Little Bighorn Battlefield National Monument

$20 per vehicle entry fee; allow $30-50 total with snacks

The 1876 battle where Lakota, Northern Cheyenne, and Arapaho warriors crushed the 7th Cavalry still echoes across Montana's most haunted ground. Most visitors miss the Indian Memorial, added in 2003, yet the visitor center weaves these perspectives together with surprising skill. Walking Last Stand Hill, those white marble markers hit harder than any photograph. Quiet. Powerful. Memorable.

Distance
65 miles southeast
Travel Time
1 hour each way
Total Duration
6-8 hours
Transport
Drive. That's it. No bus, no train, no shuttle, Crow Agency sits 60 miles off any route that doesn't start with your own wheels. Point the car east on I-90, hold steady until exit 514, then roll the final stretch into Crow Agency. Public transit? Doesn't exist.
Last Stand Hill with the white marble grave markers Indian Memorial honoring the Native warriors who fought here Visitor center with artifacts and dual-perspective exhibits
Best for: History buffs, Native American culture seekers, anyone who's read about the American West, this is your territory.
Be there by 9am sharp in summer, before the tour buses roll in. The audio tour at the visitor center? Worth every dollar. This park is big, big enough that a little context turns a walk through a field into something that'll stay with you.

Beartooth Highway & Red Lodge

$15-40 depending on where you eat in Red Lodge, skip the park entry fee for the highway itself.

US-212 between Red Lodge and the Wyoming border punches straight to 10,947 feet and lands on every list of North America's most scenic drives, Charles Kuralt called it exactly that, and for once the man wasn't overselling. Red Lodge itself stays stubbornly intact, a mining town with decent restaurants and real frontier bones. Grab lunch in town, then hit the alpine switchbacks, one day, complete.

Distance
60 miles to Red Lodge; Beartooth Pass adds another 12 miles into Wyoming
Travel Time
1 hour to Red Lodge
Total Duration
8-10 hours
Transport
Car required, no exceptions. Point the hood southwest out of Billings on US-212 and keep going. The road is usually clear late May through mid-October; snow shuts it down the rest of the year.
Beartooth Pass at 10,947 feet with panoramic views over multiple states Top of the World area where you can walk among alpine wildflowers in July Red Lodge's historic downtown with the Carbon County Historical Museum
Best for: Scenic drive enthusiasts. Photographers. Hikers who want easy alpine access. Anyone visiting Montana for the first time.
45 minutes. That's all it takes from Red Lodge, if you don't rush. Bring a jacket. Always. The pass runs 30°F cooler than Billings weather, and afternoon thunderstorms crash in fast. Late June and July? Wildflower displays peak then.
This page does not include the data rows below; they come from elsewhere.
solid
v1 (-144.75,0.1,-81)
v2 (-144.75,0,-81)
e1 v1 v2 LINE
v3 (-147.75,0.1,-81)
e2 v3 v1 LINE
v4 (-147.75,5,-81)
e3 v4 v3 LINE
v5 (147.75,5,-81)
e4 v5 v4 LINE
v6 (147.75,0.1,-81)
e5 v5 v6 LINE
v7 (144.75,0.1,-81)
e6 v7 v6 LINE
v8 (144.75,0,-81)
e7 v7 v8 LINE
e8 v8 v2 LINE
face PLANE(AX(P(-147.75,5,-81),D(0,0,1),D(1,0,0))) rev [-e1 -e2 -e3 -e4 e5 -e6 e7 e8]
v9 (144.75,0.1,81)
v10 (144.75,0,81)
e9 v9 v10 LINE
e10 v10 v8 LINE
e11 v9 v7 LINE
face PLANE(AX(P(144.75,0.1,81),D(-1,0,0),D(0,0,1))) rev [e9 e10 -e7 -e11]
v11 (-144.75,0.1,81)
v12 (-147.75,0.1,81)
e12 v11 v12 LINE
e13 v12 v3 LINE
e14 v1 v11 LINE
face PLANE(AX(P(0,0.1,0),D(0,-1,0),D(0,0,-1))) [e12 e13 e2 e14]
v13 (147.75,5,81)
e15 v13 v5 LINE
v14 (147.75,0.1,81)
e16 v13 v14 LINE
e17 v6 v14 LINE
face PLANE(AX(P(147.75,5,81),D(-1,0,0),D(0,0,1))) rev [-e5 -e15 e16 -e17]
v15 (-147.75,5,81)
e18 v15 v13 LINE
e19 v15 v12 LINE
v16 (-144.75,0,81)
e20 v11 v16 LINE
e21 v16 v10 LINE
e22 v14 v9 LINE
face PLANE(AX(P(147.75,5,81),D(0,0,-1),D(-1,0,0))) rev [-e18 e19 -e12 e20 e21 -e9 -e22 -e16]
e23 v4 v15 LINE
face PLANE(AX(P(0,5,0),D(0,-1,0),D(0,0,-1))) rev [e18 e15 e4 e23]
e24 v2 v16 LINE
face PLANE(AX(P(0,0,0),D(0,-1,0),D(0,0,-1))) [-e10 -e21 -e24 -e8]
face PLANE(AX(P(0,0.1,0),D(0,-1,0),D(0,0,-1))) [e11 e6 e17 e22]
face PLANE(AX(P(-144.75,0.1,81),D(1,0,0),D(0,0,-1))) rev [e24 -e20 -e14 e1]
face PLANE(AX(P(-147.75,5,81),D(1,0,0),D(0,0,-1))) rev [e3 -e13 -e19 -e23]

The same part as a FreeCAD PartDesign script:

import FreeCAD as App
import Part
import Sketcher


def add_polygon(sketch, points):
    """Adds a closed chain of lines whose ends are joined by coincident constraints."""
    first, n = sketch.GeometryCount, len(points)
    for a, b in zip(points, points[1:] + points[:1]):
        sketch.addGeometry(Part.LineSegment(App.Vector(*a, 0), App.Vector(*b, 0)), False)
    for i in range(n):
        sketch.addConstraint(Sketcher.Constraint("Coincident", first + i, 2, first + (i + 1) % n, 1))

doc = App.newDocument("Part")
body = doc.addObject("PartDesign::Body", "Body")

sketch1 = body.newObject("Sketcher::SketchObject", "Sketch")
sketch1.AttachmentSupport = (doc.getObject("XZ_Plane"), [""])
sketch1.MapMode = "FlatFace"
add_polygon(sketch1, [(58.25, -125), (-58.25, -125), (-58.25, -81), (-147.75, -81), (-147.75, 81), (-58.25, 81), (-58.25, 125), (58.25, 125), (58.25, 81), (147.75, 81), (147.75, -81), (58.25, -81)])
sketch1.addConstraint([
    Sketcher.Constraint("Horizontal", 0),
    Sketcher.Constraint("Vertical", 1),
    Sketcher.Constraint("Horizontal", 2),
    Sketcher.Constraint("Vertical", 3),
    Sketcher.Constraint("Horizontal", 4),
    Sketcher.Constraint("Vertical", 5),
    Sketcher.Constraint("Horizontal", 6),
    Sketcher.Constraint("Vertical", 7),
    Sketcher.Constraint("Horizontal", 8),
    Sketcher.Constraint("Vertical", 9),
    Sketcher.Constraint("Horizontal", 10),
    Sketcher.Constraint("Vertical", 11),
    Sketcher.Constraint("Symmetric", 0, 2, 6, 2, -1, 1),
    Sketcher.Constraint("Symmetric", 2, 2, 8, 2, -1, 1),
    Sketcher.Constraint("Symmetric", 4, 2, 10, 2, -1, 1),
    Sketcher.Constraint("Symmetric", 4, 2, 7, 2, -2),
    Sketcher.Constraint("DistanceY", 1, 1, 1, 2, 44.0),
    Sketcher.Constraint("DistanceY", 3, 1, 3, 2, 162.0),
    Sketcher.Constraint("DistanceX", 0, 2, 0, 1, 116.5),
    Sketcher.Constraint("DistanceX", 2, 2, 2, 1, 89.5),
])
pad1 = body.newObject("PartDesign::Pad", "Pad")
pad1.Profile = sketch1
pad1.Length = 5
pad1.Reversed = True

sketch2 = body.newObject("Sketcher::SketchObject", "Sketch001")
sketch2.AttachmentSupport = (doc.getObject("XZ_Plane"), [""])
sketch2.MapMode = "FlatFace"
add_polygon(sketch2, [(-58.25, 125), (-58.25, 81), (58.25, 81), (58.25, 125)])
add_polygon(sketch2, [(-58.25, -81), (-58.25, -125), (58.25, -125), (58.25, -81)])
sketch2.addConstraint([
    Sketcher.Constraint("Vertical", 0),
    Sketcher.Constraint("Horizontal", 1),
    Sketcher.Constraint("Vertical", 2),
    Sketcher.Constraint("Horizontal", 3),
    Sketcher.Constraint("Vertical", 4),
    Sketcher.Constraint("Horizontal", 5),
    Sketcher.Constraint("Vertical", 6),
    Sketcher.Constraint("Horizontal", 7),
    Sketcher.Constraint("Symmetric", 2, 2, 4, 2, -1, 1),
    Sketcher.Constraint("Symmetric", 0, 2, 6, 2, -1, 1),
    Sketcher.Constraint("Vertical", 3, 2, 4, 2),
    Sketcher.Constraint("DistanceY", 0, 2, 0, 1, 44.0),
    Sketcher.Constraint("DistanceX", 1, 1, 1, 2, 116.5),
    Sketcher.Constraint("DistanceY", -1, 1, 0, 2, 81.0),
])
pocket1 = body.newObject("PartDesign::Pocket", "Pocket")
pocket1.Profile = sketch2
pocket1.Type = "ThroughAll"
pocket1.Midplane = True

sketch3 = body.newObject("Sketcher::SketchObject", "Sketch002")
sketch3.AttachmentSupport = (doc.getObject("XZ_Plane"), [""])
sketch3.MapMode = "FlatFace"
add_polygon(sketch3, [(-150.75, 81), (-150.75, -81), (-144.75, -81), (-144.75, 81)])
add_polygon(sketch3, [(144.75, 81), (144.75, -81), (150.75, -81), (150.75, 81)])
sketch3.addConstraint([
    Sketcher.Constraint("Vertical", 0),
    Sketcher.Constraint("Horizontal", 1),
    Sketcher.Constraint("Vertical", 2),
    Sketcher.Constraint("Horizontal", 3),
    Sketcher.Constraint("Vertical", 4),
    Sketcher.Constraint("Horizontal", 5),
    Sketcher.Constraint("Vertical", 6),
    Sketcher.Constraint("Horizontal", 7),
    Sketcher.Constraint("Symmetric", 2, 2, 4, 2, -1, 1),
    Sketcher.Constraint("Symmetric", 0, 2, 6, 2, -1, 1),
    Sketcher.Constraint("Horizontal", 1, 2, 4, 2),
    Sketcher.Constraint("DistanceX", 1, 1, 1, 2, 6.0),
    Sketcher.Constraint("DistanceY", 0, 2, 0, 1, 162.0),
    Sketcher.Constraint("DistanceX", 1, 2, 4, 2, 289.5),
])
pocket2 = body.newObject("PartDesign::Pocket", "Pocket001")
pocket2.Profile = sketch3
pocket2.Length = 0.1

doc.recompute()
Yellowstone National Park (North Entrance via Gardiner)

$35 per vehicle entry (or $80 America the Beautiful annual pass); $10-15 for food

130 miles. That's all that separates Billings from Yellowstone's north entrance via US-89 through Livingston, closer than any other gateway. A long day? Absolutely. But you'll trade windshield time for two experiences you cannot replicate anywhere else. Mammoth Hot Springs delivers travertine terraces that look alien, white stone waterfalls frozen mid-cascade. Lamar Valley gives you the best wildlife corridor in the lower 48. Focus on this Mammoth-Lamar corridor and you'll keep driving manageable while hitting Yellowstone's most distinctive highlights.

Distance
130 miles southwest via Gardiner
Travel Time
2 hours each way
Total Duration
10-12 hours
Transport
You'll need wheels. Point the hood west on I-90 to Livingston, swing south on US-89, and roll straight into Gardiner, no bus, no shuttle, nothing.
Mammoth Hot Springs terraces, the travertine formations change constantly Lamar Valley for wolf, bison, bear, and pronghorn sightings (dawn is best) Roosevelt Arch at Gardiner, the original entrance to the park, dated 1903
Best for: Wildlife watchers, families, first-time Yellowstone visitors, photographers
The America the Beautiful pass pays for itself fast, hit Little Bighorn and Bighorn Canyon on one loop and you're even. Lamar Valley wildlife fires up at dawn and dusk. Plan your clock, not your wish. Summer entry lines snake forever, slip in through Gardiner's north gate, it moves faster than west or south.

Bighorn Canyon National Recreation Area

$20 per vehicle entry fee. Boat rentals from around $60/hour if desired

A 2,000-foot limestone canyon sliced by the Bighorn River, why isn't everyone shouting about this? Near Fort Smith, the Afterbay zone gives you swimming, fishing, and quick hikes. Cross into Wyoming and Horseshoe Bend delivers the big-drop overlooks. Swing by Lovell for the bonus: Pryor Mountain mustangs galloping across the wild horse range, no fences, no tickets, just horses being horses.

Distance
90 miles south (Wyoming border area near Lovell)
Travel Time
1.5 hours each way
Total Duration
8-10 hours
Transport
You'll need wheels. Point east on I-90 to Hardin, then hang a south on US-313 through Crow Agency toward Fort Smith and Lovell.
OK-A-BEH marina and the canyon walls rising 2,000 feet from the water Pryor Mountain Wild Horse Range, one of the few places in the US where you'll still find wild mustangs. Bighorn Lake for boating, fishing, and swimming
Best for: Outdoor families, wildlife nuts, boaters, anyone who wants Yellowstone minus the traffic jam.
45 miles of road separate the southern Horseshoe Bend overlook in Wyoming from the northern Fort Smith area, same canyon, two ends. Pick your side before you leave. Cell service? Minimal everywhere.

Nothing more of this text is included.